- [Records to process]:
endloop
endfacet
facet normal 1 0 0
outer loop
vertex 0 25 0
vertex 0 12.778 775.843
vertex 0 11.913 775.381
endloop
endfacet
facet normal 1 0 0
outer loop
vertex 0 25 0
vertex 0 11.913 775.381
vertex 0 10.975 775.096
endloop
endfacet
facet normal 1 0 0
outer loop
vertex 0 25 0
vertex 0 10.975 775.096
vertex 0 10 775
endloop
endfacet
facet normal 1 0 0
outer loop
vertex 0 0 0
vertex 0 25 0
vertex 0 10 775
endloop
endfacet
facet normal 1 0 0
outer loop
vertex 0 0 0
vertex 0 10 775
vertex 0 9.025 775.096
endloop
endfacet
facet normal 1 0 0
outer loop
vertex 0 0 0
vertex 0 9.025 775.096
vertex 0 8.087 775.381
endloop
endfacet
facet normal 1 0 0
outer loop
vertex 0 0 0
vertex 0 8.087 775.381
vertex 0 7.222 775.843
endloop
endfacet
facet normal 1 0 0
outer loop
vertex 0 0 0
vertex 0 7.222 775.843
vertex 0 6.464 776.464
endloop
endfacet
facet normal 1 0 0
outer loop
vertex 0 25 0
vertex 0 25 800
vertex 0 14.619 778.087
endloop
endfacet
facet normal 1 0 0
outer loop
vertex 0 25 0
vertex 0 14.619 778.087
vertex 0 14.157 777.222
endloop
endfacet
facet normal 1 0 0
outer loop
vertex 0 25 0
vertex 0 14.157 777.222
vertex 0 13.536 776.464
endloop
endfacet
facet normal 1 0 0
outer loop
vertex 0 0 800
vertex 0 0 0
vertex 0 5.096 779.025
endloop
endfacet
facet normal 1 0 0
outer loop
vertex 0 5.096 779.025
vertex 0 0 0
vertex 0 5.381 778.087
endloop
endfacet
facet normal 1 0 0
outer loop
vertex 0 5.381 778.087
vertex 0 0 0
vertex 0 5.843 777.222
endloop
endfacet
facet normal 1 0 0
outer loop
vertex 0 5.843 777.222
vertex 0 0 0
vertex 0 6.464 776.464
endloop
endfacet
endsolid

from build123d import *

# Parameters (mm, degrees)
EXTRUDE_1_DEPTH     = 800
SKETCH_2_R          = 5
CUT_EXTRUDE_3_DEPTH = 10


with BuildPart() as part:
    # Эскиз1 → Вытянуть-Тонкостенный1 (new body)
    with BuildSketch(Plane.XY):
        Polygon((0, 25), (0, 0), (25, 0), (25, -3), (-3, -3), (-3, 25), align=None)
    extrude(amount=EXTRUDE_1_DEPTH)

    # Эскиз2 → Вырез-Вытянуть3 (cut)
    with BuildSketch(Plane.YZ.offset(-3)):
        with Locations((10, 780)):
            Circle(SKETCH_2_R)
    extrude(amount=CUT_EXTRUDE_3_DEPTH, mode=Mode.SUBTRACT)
--
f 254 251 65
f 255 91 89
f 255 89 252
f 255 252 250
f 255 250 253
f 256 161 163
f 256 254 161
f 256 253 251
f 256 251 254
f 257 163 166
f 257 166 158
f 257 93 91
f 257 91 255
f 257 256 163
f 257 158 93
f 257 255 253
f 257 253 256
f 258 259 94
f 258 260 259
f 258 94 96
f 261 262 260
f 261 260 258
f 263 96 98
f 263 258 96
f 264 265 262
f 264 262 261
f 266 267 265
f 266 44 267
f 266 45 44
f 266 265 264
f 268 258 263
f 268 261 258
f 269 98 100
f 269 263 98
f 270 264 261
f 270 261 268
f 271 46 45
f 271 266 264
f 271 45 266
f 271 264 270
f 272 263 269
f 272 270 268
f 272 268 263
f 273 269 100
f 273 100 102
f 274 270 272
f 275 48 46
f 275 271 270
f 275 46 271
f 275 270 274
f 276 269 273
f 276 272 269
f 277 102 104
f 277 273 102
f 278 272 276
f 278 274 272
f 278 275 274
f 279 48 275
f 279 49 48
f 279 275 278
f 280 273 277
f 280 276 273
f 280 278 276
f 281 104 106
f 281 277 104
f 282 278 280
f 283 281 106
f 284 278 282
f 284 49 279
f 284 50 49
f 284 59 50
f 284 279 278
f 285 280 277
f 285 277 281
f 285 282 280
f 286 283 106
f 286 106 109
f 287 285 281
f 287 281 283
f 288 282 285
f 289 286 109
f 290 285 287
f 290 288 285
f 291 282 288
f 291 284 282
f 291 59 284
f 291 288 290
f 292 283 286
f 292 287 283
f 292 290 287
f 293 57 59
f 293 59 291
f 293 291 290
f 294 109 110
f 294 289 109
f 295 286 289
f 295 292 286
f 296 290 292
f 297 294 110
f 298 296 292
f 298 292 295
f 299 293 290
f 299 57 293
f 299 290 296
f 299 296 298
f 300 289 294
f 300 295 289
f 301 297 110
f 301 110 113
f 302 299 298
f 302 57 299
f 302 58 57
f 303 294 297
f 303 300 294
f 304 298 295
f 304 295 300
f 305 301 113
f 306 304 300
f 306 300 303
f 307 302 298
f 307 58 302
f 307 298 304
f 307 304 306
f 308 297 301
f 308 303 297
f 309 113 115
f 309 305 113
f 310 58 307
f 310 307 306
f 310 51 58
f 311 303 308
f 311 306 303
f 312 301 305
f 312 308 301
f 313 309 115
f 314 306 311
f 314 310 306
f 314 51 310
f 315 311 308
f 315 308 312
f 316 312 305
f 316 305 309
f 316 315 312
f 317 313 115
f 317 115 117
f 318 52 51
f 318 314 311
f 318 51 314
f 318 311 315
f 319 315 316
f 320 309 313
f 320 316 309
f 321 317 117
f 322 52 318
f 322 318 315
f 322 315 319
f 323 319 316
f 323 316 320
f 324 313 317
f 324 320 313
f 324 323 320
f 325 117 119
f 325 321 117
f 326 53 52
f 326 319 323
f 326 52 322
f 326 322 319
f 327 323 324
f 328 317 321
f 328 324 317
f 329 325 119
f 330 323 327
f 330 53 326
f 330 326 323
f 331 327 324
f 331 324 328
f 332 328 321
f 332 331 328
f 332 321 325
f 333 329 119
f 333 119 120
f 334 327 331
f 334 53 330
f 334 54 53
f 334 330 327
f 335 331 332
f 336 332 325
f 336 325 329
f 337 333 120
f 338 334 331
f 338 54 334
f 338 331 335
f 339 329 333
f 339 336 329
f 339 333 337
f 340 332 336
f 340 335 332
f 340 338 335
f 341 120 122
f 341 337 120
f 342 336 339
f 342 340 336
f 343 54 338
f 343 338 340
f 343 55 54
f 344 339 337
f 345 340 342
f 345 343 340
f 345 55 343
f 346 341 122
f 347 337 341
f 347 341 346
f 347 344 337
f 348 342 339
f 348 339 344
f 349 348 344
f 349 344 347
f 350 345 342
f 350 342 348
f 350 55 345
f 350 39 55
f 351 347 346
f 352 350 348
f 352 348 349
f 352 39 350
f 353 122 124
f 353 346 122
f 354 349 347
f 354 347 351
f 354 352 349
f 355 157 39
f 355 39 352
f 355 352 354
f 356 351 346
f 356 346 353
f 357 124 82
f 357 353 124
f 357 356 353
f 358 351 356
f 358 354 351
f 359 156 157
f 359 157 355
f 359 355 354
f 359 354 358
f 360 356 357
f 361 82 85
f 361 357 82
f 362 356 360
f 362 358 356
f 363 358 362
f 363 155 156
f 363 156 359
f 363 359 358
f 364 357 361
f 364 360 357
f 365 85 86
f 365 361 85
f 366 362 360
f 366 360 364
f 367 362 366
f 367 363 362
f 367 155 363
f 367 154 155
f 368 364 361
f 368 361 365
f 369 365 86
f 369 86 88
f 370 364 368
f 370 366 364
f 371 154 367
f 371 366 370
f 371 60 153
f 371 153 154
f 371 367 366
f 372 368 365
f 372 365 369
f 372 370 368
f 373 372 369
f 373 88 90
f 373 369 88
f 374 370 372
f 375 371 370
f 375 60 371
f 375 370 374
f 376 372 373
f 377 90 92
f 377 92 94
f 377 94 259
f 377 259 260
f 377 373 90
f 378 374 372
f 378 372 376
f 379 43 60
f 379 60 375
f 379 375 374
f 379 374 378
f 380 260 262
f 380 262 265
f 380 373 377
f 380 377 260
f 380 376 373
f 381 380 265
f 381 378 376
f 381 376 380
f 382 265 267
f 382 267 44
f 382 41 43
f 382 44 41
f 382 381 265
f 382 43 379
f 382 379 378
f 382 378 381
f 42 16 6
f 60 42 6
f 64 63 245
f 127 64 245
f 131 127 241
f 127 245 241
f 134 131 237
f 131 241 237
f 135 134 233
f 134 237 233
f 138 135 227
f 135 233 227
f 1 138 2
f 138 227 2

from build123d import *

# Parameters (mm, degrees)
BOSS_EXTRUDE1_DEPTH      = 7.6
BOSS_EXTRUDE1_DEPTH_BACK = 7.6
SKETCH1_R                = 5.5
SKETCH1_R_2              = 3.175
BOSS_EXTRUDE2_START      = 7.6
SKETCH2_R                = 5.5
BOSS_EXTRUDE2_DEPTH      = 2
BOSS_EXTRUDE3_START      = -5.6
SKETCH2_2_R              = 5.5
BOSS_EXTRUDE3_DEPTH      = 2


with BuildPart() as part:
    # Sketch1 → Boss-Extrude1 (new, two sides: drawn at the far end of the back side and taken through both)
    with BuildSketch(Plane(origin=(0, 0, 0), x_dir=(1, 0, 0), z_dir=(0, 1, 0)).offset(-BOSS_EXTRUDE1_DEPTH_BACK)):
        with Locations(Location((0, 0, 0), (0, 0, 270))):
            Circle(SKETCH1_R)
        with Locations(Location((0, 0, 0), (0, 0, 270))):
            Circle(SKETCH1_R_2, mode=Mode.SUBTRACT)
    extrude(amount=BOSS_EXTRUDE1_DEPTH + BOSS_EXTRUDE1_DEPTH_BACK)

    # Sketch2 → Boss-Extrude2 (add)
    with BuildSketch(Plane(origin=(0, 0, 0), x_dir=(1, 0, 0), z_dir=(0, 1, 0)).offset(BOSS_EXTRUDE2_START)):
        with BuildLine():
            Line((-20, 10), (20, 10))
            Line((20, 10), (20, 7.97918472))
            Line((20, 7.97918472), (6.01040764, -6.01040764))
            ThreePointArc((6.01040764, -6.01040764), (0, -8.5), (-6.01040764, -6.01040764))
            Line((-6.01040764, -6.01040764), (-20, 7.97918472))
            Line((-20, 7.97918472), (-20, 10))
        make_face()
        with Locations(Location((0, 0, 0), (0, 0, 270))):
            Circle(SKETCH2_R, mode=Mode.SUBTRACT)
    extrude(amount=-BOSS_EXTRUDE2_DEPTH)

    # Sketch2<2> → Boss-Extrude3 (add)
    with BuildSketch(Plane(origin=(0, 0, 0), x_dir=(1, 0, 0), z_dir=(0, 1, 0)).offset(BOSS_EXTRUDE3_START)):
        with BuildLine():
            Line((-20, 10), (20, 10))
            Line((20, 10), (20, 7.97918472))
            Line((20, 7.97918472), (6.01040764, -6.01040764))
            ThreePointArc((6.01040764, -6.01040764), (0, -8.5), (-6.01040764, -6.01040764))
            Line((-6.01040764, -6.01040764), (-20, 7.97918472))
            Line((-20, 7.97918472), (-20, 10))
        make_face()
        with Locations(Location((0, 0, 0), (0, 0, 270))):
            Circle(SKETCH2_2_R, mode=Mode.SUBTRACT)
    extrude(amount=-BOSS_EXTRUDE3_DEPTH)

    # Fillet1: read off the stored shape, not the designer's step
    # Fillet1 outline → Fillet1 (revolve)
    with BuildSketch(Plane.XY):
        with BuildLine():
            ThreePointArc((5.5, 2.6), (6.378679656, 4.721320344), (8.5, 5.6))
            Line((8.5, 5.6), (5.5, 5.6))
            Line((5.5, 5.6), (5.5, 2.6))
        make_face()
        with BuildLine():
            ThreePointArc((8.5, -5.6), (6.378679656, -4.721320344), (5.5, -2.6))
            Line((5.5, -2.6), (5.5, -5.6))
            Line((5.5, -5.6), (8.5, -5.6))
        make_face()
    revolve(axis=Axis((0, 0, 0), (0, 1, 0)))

- [Exercise instructions]: Look in the material above for the line with "(-3, 25), align=None)" and the line with "extrude(amount=CUT_EXTRUDE_3_DEPTH, mode=Mode.SUBTRACT)", and transcribe exactly those lines and all lines between them, nothing more.

- [The completed task]:
        Polygon((0, 25), (0, 0), (25, 0), (25, -3), (-3, -3), (-3, 25), align=None)
    extrude(amount=EXTRUDE_1_DEPTH)

    # Эскиз2 → Вырез-Вытянуть3 (cut)
    with BuildSketch(Plane.YZ.offset(-3)):
        with Locations((10, 780)):
            Circle(SKETCH_2_R)
    extrude(amount=CUT_EXTRUDE_3_DEPTH, mode=Mode.SUBTRACT)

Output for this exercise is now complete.